Fatty acids are also the building blocks of phospholipids. These are lipoproteins, which along with various membrane proteins, make up the cell membrane. Phospholipids are shown to be low in many autistic patients. The fatty acid component of these phospholipids is subject to wear and tear and so must be removed by a phospholipase enzyme. A fatty acid transferase/ligase enzyme then repairs the damaged membrane. These two enzymes have shown highly unstable activity in autism, resulting in leaky cell membranes, affecting the function of membrane proteins, causing inflammatory conditions and cell damage. Could it be that these proteins cannot work properly because the general balance of essential amino acids in the autistic body is so far off that all the other amino acids are drastically limited in their ability to perform and so proteins such as phospholipases and fatty acid transferases begin to malfunction?

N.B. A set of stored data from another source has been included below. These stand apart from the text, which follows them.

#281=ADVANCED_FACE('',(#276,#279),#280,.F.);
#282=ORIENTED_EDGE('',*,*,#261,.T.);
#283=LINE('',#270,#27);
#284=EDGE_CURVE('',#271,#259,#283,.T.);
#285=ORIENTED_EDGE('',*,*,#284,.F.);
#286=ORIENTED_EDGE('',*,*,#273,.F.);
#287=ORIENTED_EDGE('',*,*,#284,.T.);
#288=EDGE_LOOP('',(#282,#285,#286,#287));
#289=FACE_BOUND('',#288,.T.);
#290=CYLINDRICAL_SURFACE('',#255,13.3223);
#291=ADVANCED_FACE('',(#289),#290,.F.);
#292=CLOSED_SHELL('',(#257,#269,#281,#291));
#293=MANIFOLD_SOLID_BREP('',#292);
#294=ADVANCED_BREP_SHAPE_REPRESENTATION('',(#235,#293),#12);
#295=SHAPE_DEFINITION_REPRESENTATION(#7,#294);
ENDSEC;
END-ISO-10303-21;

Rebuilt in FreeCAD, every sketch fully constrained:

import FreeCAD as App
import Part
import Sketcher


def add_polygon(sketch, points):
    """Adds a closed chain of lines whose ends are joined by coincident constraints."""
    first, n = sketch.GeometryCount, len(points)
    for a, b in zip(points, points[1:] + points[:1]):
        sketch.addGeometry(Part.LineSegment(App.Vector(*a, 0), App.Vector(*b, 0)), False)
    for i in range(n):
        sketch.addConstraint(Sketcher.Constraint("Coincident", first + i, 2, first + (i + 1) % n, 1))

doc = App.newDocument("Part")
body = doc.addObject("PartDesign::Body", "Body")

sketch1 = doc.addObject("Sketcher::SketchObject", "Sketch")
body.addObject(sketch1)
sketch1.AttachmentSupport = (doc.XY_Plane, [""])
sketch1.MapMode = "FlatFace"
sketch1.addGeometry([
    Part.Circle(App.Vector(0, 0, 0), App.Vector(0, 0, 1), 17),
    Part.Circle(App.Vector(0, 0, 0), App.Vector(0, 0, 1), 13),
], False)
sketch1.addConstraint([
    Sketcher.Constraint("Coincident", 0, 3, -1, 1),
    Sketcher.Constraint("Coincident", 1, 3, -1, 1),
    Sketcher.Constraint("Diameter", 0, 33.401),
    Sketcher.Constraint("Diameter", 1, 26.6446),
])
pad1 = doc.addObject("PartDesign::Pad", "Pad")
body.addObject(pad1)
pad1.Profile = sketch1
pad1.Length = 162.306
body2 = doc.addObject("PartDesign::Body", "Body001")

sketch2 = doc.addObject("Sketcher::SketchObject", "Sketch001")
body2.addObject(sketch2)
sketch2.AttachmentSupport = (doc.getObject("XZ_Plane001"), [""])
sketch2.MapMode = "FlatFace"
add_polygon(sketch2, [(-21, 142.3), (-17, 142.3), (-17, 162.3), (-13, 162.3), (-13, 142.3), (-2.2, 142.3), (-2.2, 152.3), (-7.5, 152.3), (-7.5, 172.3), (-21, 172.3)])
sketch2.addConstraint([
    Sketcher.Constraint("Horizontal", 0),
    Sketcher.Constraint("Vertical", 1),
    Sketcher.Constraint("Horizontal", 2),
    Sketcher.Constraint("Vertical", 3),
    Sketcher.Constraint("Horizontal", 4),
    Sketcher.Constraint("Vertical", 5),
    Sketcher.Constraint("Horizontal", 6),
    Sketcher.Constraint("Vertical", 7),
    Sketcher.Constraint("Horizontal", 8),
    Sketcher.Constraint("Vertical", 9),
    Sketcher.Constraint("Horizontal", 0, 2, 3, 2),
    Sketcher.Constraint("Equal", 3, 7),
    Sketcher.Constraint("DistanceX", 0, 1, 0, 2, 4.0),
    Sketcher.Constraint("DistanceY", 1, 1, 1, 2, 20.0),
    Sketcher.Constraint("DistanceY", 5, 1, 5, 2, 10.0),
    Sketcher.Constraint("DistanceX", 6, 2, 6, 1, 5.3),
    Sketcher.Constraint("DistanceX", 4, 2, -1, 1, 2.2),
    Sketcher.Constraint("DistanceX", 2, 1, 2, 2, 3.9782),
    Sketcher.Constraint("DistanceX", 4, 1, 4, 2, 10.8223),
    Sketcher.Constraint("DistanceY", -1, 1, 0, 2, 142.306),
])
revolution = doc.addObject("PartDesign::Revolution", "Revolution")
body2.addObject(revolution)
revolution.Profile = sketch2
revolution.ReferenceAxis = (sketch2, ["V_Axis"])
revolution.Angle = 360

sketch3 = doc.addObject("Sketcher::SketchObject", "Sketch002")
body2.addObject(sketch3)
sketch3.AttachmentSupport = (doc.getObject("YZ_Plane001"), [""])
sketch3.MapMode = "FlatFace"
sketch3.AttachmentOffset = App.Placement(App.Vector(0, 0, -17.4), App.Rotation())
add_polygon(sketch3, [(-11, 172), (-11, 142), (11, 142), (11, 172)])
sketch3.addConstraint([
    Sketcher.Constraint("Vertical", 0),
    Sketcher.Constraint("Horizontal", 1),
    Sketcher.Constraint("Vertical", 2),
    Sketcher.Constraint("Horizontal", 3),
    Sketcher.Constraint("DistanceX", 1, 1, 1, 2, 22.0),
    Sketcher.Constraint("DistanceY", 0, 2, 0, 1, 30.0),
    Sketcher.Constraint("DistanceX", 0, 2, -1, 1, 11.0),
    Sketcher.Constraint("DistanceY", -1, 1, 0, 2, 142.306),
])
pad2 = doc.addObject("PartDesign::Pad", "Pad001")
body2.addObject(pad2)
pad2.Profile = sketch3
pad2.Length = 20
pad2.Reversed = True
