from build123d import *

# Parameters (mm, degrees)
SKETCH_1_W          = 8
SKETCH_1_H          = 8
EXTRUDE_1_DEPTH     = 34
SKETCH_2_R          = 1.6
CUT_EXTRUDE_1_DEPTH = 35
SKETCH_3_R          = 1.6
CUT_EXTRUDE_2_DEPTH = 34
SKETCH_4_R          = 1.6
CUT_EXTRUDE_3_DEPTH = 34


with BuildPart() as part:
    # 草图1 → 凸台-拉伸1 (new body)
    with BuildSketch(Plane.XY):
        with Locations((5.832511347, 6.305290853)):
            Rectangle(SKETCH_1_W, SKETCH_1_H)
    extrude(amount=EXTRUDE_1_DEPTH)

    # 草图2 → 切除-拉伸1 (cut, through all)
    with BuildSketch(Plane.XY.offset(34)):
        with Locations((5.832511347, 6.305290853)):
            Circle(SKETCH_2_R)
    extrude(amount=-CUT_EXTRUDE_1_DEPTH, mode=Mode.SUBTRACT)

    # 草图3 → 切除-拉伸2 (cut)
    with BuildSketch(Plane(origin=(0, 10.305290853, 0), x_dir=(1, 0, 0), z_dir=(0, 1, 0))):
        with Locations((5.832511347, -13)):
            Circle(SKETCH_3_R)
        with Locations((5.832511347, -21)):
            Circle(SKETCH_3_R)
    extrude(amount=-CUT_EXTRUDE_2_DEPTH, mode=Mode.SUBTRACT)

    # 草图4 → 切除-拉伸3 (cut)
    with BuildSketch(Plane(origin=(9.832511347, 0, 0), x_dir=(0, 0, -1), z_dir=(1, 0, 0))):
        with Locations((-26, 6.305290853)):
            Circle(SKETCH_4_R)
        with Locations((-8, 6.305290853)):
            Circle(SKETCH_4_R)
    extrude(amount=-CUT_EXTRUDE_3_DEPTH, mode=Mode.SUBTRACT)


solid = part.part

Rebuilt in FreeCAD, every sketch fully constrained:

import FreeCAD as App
import Part
import Sketcher
from FreeCAD import Vector

doc = App.newDocument("Part")
body = doc.addObject("PartDesign::Body", "Body")

sketch1 = body.newObject("Sketcher::SketchObject", "Sketch")
sketch1.AttachmentSupport = (doc.getObject("XY_Plane"), [""])
sketch1.MapMode = "FlatFace"
sketch1.addGeometry(Part.LineSegment(Vector(2, 10, 0), Vector(2, 2, 0)), False)
sketch1.addGeometry(Part.LineSegment(Vector(2, 2, 0), Vector(10, 2, 0)), False)
sketch1.addGeometry(Part.LineSegment(Vector(10, 2, 0), Vector(10, 10, 0)), False)
sketch1.addGeometry(Part.LineSegment(Vector(10, 10, 0), Vector(2, 10, 0)), False)
sketch1.addConstraint(Sketcher.Constraint("Coincident", 0, 2, 1, 1))
sketch1.addConstraint(Sketcher.Constraint("Coincident", 1, 2, 2, 1))
sketch1.addConstraint(Sketcher.Constraint("Coincident", 2, 2, 3, 1))
sketch1.addConstraint(Sketcher.Constraint("Coincident", 3, 2, 0, 1))
sketch1.addConstraint(Sketcher.Constraint("Vertical", 0))
sketch1.addConstraint(Sketcher.Constraint("Horizontal", 1))
sketch1.addConstraint(Sketcher.Constraint("Vertical", 2))
sketch1.addConstraint(Sketcher.Constraint("Horizontal", 3))
sketch1.addConstraint(Sketcher.Constraint("Equal", 3, 0))
sketch1.addConstraint(Sketcher.Constraint("DistanceX", 1, 1, 1, 2, 8.0))
sketch1.addConstraint(Sketcher.Constraint("DistanceX", -1, 1, 0, 2, 1.832511))
sketch1.addConstraint(Sketcher.Constraint("DistanceY", -1, 1, 0, 2, 2.305291))
pad1 = body.newObject("PartDesign::Pad", "Pad")
pad1.Profile = sketch1
pad1.Length = 34

sketch2 = body.newObject("Sketcher::SketchObject", "Sketch001")
sketch2.AttachmentSupport = (doc.getObject("XY_Plane"), [""])
sketch2.MapMode = "FlatFace"
sketch2.AttachmentOffset = App.Placement(Vector(0, 0, 34), App.Rotation())
sketch2.addGeometry(Part.Circle(Vector(5.8, 6.3, 0), Vector(0, 0, 1), 1.6), False)
sketch2.addConstraint(Sketcher.Constraint("Diameter", 0, 3.2))
sketch2.addConstraint(Sketcher.Constraint("DistanceX", -1, 1, 0, 3, 5.832511))
sketch2.addConstraint(Sketcher.Constraint("DistanceY", -1, 1, 0, 3, 6.305291))
pocket1 = body.newObject("PartDesign::Pocket", "Pocket")
pocket1.Profile = sketch2
pocket1.Type = "ThroughAll"

sketch3 = body.newObject("Sketcher::SketchObject", "Sketch002")
sketch3.AttachmentSupport = (doc.getObject("XZ_Plane"), [""])
sketch3.MapMode = "FlatFace"
sketch3.AttachmentOffset = App.Placement(Vector(0, 0, -10.305291), App.Rotation())
sketch3.addGeometry(Part.Circle(Vector(5.8, 13, 0), Vector(0, 0, 1), 1.6), False)
sketch3.addGeometry(Part.Circle(Vector(5.8, 21, 0), Vector(0, 0, 1), 1.6), False)
sketch3.addConstraint(Sketcher.Constraint("Equal", 0, 1))
sketch3.addConstraint(Sketcher.Constraint("Vertical", 0, 3, 1, 3))
sketch3.addConstraint(Sketcher.Constraint("Diameter", 0, 3.2))
sketch3.addConstraint(Sketcher.Constraint("DistanceY", -1, 1, 0, 3, 13.0))
sketch3.addConstraint(Sketcher.Constraint("DistanceY", -1, 1, 1, 3, 21.0))
sketch3.addConstraint(Sketcher.Constraint("DistanceX", -1, 1, 0, 3, 5.832511))
pocket2 = body.newObject("PartDesign::Pocket", "Pocket001")
pocket2.Profile = sketch3
pocket2.Length = 34
pocket2.Reversed = True

sketch4 = body.newObject("Sketcher::SketchObject", "Sketch003")
sketch4.AttachmentSupport = (doc.getObject("YZ_Plane"), [""])
sketch4.MapMode = "FlatFace"
sketch4.AttachmentOffset = App.Placement(Vector(0, 0, 9.832511), App.Rotation())
sketch4.addGeometry(Part.Circle(Vector(6.3, 26, 0), Vector(0, 0, 1), 1.6), False)
sketch4.addGeometry(Part.Circle(Vector(6.3, 8, 0), Vector(0, 0, 1), 1.6), False)
sketch4.addConstraint(Sketcher.Constraint("Equal", 0, 1))
sketch4.addConstraint(Sketcher.Constraint("Vertical", 0, 3, 1, 3))
sketch4.addConstraint(Sketcher.Constraint("Diameter", 0, 3.2))
sketch4.addConstraint(Sketcher.Constraint("DistanceY", -1, 1, 0, 3, 26.0))
sketch4.addConstraint(Sketcher.Constraint("DistanceY", -1, 1, 1, 3, 8.0))
sketch4.addConstraint(Sketcher.Constraint("DistanceX", -1, 1, 0, 3, 6.305291))
pocket3 = body.newObject("PartDesign::Pocket", "Pocket002")
pocket3.Profile = sketch4
pocket3.Length = 34

doc.recompute()
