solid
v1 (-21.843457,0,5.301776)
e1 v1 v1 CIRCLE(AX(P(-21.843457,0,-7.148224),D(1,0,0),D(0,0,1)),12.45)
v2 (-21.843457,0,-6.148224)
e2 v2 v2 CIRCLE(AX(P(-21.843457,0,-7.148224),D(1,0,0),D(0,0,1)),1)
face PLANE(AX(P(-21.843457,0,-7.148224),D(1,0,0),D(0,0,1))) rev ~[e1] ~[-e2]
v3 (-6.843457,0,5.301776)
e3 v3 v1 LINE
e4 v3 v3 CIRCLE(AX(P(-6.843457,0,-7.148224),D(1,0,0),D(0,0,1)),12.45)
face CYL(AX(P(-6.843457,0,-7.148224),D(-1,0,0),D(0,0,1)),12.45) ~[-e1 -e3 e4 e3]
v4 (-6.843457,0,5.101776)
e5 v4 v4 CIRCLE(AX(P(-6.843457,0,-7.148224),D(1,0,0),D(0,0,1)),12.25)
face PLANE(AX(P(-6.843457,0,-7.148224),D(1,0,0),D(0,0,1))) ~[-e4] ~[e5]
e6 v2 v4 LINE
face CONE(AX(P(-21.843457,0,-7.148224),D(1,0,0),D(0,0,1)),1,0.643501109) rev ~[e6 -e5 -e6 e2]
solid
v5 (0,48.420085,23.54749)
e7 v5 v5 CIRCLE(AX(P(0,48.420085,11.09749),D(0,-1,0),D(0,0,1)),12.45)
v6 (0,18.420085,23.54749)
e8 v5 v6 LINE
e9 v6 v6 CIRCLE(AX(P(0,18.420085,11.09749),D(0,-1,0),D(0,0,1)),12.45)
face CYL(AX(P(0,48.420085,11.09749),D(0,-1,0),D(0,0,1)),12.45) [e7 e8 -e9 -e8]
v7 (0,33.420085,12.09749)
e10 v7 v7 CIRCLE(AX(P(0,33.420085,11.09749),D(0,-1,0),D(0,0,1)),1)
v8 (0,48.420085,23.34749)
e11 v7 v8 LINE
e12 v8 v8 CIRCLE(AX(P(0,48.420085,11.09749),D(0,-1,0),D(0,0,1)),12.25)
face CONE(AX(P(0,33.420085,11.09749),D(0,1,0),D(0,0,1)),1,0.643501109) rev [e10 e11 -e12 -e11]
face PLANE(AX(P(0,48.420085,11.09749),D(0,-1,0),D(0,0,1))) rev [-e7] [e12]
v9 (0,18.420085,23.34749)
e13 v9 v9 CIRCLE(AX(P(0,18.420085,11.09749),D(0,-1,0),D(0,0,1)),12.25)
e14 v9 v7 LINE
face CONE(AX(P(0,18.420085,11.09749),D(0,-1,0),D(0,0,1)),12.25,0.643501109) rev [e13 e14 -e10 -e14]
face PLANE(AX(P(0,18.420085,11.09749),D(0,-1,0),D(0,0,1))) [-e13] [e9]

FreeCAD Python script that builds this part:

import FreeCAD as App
import Part
import Sketcher
from FreeCAD import Vector

doc = App.newDocument("Part")
params = doc.addObject("Spreadsheet::Sheet", "Params")
for row, (alias, value) in enumerate([
    ("sketch1_width", "30 mm"),
    ("sketch1_height", "0.2 mm"),
    ("sketch1_length", "18.75 mm"),
    ("revolution_angle", "360 deg"),
    ("sketch2_width", "15 mm"),
    ("sketch2_height", "0.2 mm"),
    ("sketch2_height2", "11.45 mm"),
    ("revolution2_angle", "360 deg"),
], start=1):
    params.set(f"A{row}", alias)
    params.set(f"B{row}", "=" + value)
    params.setAlias(f"B{row}", alias)

body = doc.addObject("PartDesign::Body", "Body")

# Sketch on YZ plane
sketch1 = doc.addObject("Sketcher::SketchObject", "Sketch")
body.addObject(sketch1)
sketch1.AttachmentSupport = (doc.YZ_Plane, [""])
sketch1.MapMode = "FlatFace"
sketch1.addGeometry([
    Part.LineSegment(Vector(18.42, 23.35, 0), Vector(33.42, 12.1, 0)),  # 0
    Part.LineSegment(Vector(33.42, 12.1, 0), Vector(48.42, 23.35, 0)),  # 1
    Part.LineSegment(Vector(48.42, 23.35, 0), Vector(48.42, 23.55, 0)),  # 2
    Part.LineSegment(Vector(48.42, 23.55, 0), Vector(18.42, 23.55, 0)),  # 3
    Part.LineSegment(Vector(18.42, 23.55, 0), Vector(18.42, 23.35, 0)),  # 4
], False)
sketch1.addGeometry(Part.LineSegment(Vector(48.42, 11.1, 0), Vector(18.42, 11.1, 0)), True)  # axis
sketch1.addConstraint([
    Sketcher.Constraint("Coincident", 0, 2, 1, 1),
    Sketcher.Constraint("Coincident", 1, 2, 2, 1),
    Sketcher.Constraint("Coincident", 2, 2, 3, 1),
    Sketcher.Constraint("Coincident", 3, 2, 4, 1),
    Sketcher.Constraint("Coincident", 4, 2, 0, 1),
    Sketcher.Constraint("Vertical", 2),
    Sketcher.Constraint("Horizontal", 3),
    Sketcher.Constraint("Vertical", 4),
    Sketcher.Constraint("Horizontal", 5),
    Sketcher.Constraint("Horizontal", 1, 2, 4, 2),
    Sketcher.Constraint("Vertical", 2, 2, 5, 1),
    Sketcher.Constraint("Vertical", 4, 2, 5, 2),
    Sketcher.Constraint("Equal", 0, 1),
    Sketcher.Constraint("DistanceX", 3, 2, 3, 1, 30.0),
    Sketcher.Constraint("DistanceY", 2, 1, 2, 2, 0.2),
    Sketcher.Constraint("DistanceY", 5, 1, 0, 2, 1.0),
    Sketcher.Constraint("Distance", 0, 18.75),
    Sketcher.Constraint("DistanceY", -1, 1, 0, 2, 12.09749),
    Sketcher.Constraint("DistanceX", -1, 1, 0, 2, 33.420085),
])
sketch1.setExpression("Constraints[13]", "Params.sketch1_width")
sketch1.setExpression("Constraints[14]", "Params.sketch1_height")
sketch1.setExpression("Constraints[16]", "Params.sketch1_length")
revolution = doc.addObject("PartDesign::Revolution", "Revolution")
body.addObject(revolution)
revolution.Profile = sketch1
revolution.ReferenceAxis = (sketch1, ["Axis0"])
revolution.setExpression("Angle", "Params.revolution_angle")
body2 = doc.addObject("PartDesign::Body", "Body001")

# Sketch on XZ plane
sketch2 = doc.addObject("Sketcher::SketchObject", "Sketch001")
body2.addObject(sketch2)
sketch2.AttachmentSupport = (doc.getObject("XZ_Plane001"), [""])
sketch2.MapMode = "FlatFace"
sketch2.addGeometry([
    Part.LineSegment(Vector(-6.84, 5.3, 0), Vector(-21.84, 5.3, 0)),
    Part.LineSegment(Vector(-21.84, 5.3, 0), Vector(-21.84, -6.15, 0)),
    Part.LineSegment(Vector(-21.84, -6.15, 0), Vector(-6.84, 5.1, 0)),
    Part.LineSegment(Vector(-6.84, 5.1, 0), Vector(-6.84, 5.3, 0)),
], False)
sketch2.addGeometry(Part.LineSegment(Vector(-21.84, -7.15, 0), Vector(-6.84, -7.15, 0)), True)  # axis
sketch2.addConstraint([
    Sketcher.Constraint("Coincident", 0, 2, 1, 1),
    Sketcher.Constraint("Coincident", 1, 2, 2, 1),
    Sketcher.Constraint("Coincident", 2, 2, 3, 1),
    Sketcher.Constraint("Coincident", 3, 2, 0, 1),
    Sketcher.Constraint("Horizontal", 0),
    Sketcher.Constraint("Vertical", 1),
    Sketcher.Constraint("Vertical", 3),
    Sketcher.Constraint("Horizontal", 4),
    Sketcher.Constraint("Vertical", 1, 2, 4, 1),
    Sketcher.Constraint("Vertical", 3, 2, 4, 2),
    Sketcher.Constraint("DistanceX", 0, 2, 0, 1, 15.0),
    Sketcher.Constraint("DistanceY", 3, 1, 3, 2, 0.2),
    Sketcher.Constraint("DistanceY", 4, 1, 1, 2, 1.0),
    Sketcher.Constraint("DistanceY", 1, 2, 1, 1, 11.45),
    Sketcher.Constraint("DistanceX", 0, 2, -1, 1, 21.843457),
    Sketcher.Constraint("DistanceY", -1, 1, 0, 2, 5.301776),
])
sketch2.setExpression("Constraints[10]", "Params.sketch2_width")
sketch2.setExpression("Constraints[11]", "Params.sketch2_height")
sketch2.setExpression("Constraints[13]", "Params.sketch2_height2")
revolution2 = doc.addObject("PartDesign::Revolution", "Revolution001")
body2.addObject(revolution2)
revolution2.Profile = sketch2
revolution2.ReferenceAxis = (sketch2, ["Axis0"])
revolution2.setExpression("Angle", "Params.revolution2_angle")

doc.recompute()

Summary list of autistic symptoms suggesting Alpha XP factor:
Substance: Needed for:
Low taurine bile salts
Low glutamine, leucine lysine lipase
Low cysteine, leucine colipase
Low leucine, isoleucine, lysine apo B–100
Low methionine, lysine, tryptophane, valine, phenalalanine, leucine.and argenine albumin
Low carnetine membrane fatty acid transfer
Low LCAD cellular beta oxidation
Low leucine, lycine, LCAD
Low phospholipids cell membrane integrity
Unstable cell repair enzymes cell membrane integrity and function

The story of FAM is directly tied in with the story of protein metabolism. If dietary proteins cannot be broken down into amino acids then there cannot be adequate amounts of systemic protein to support FAM through the actions of digestive enzymes, protective protein coating, transport proteins, energy cycle proteins, and repair proteins. There are clinical studies that show if the correct balance of essential amino acids is administered, one that stays within the bounds of the essential limiting amino acid factor, then the basic protein deficiency now known as the primary unknown protein factor or the “Alpha XP Factor” can be overcome. The body’s supply of digestive enzymes picks up, and vitamin, mineral and fatty acid metabolism is supported more completely. Once Alpha XP is taken care of then the body can digest proteins down to amino acids thereby fulfilling the body’s primary need for systemic protein. The first guard against Alpha XP is adequate amounts of digestive enzyme production to fully digest dietary proteins into amino acids. When this is achieved, co–enzymes, such as vitamins, co–factors, such as minerals, and hydrophobic systemic fats, such as fatty acids have a much higher chance of working properly. Stress, illness, and aging are all precursors of Alpha XP and lead to lower and lower levels of systemic protein. Looking at the protein deficiencies and instabilities that research has uncovered in the disease, autism, it is quite plausible that Alpha XP factor may be a large part of the problem.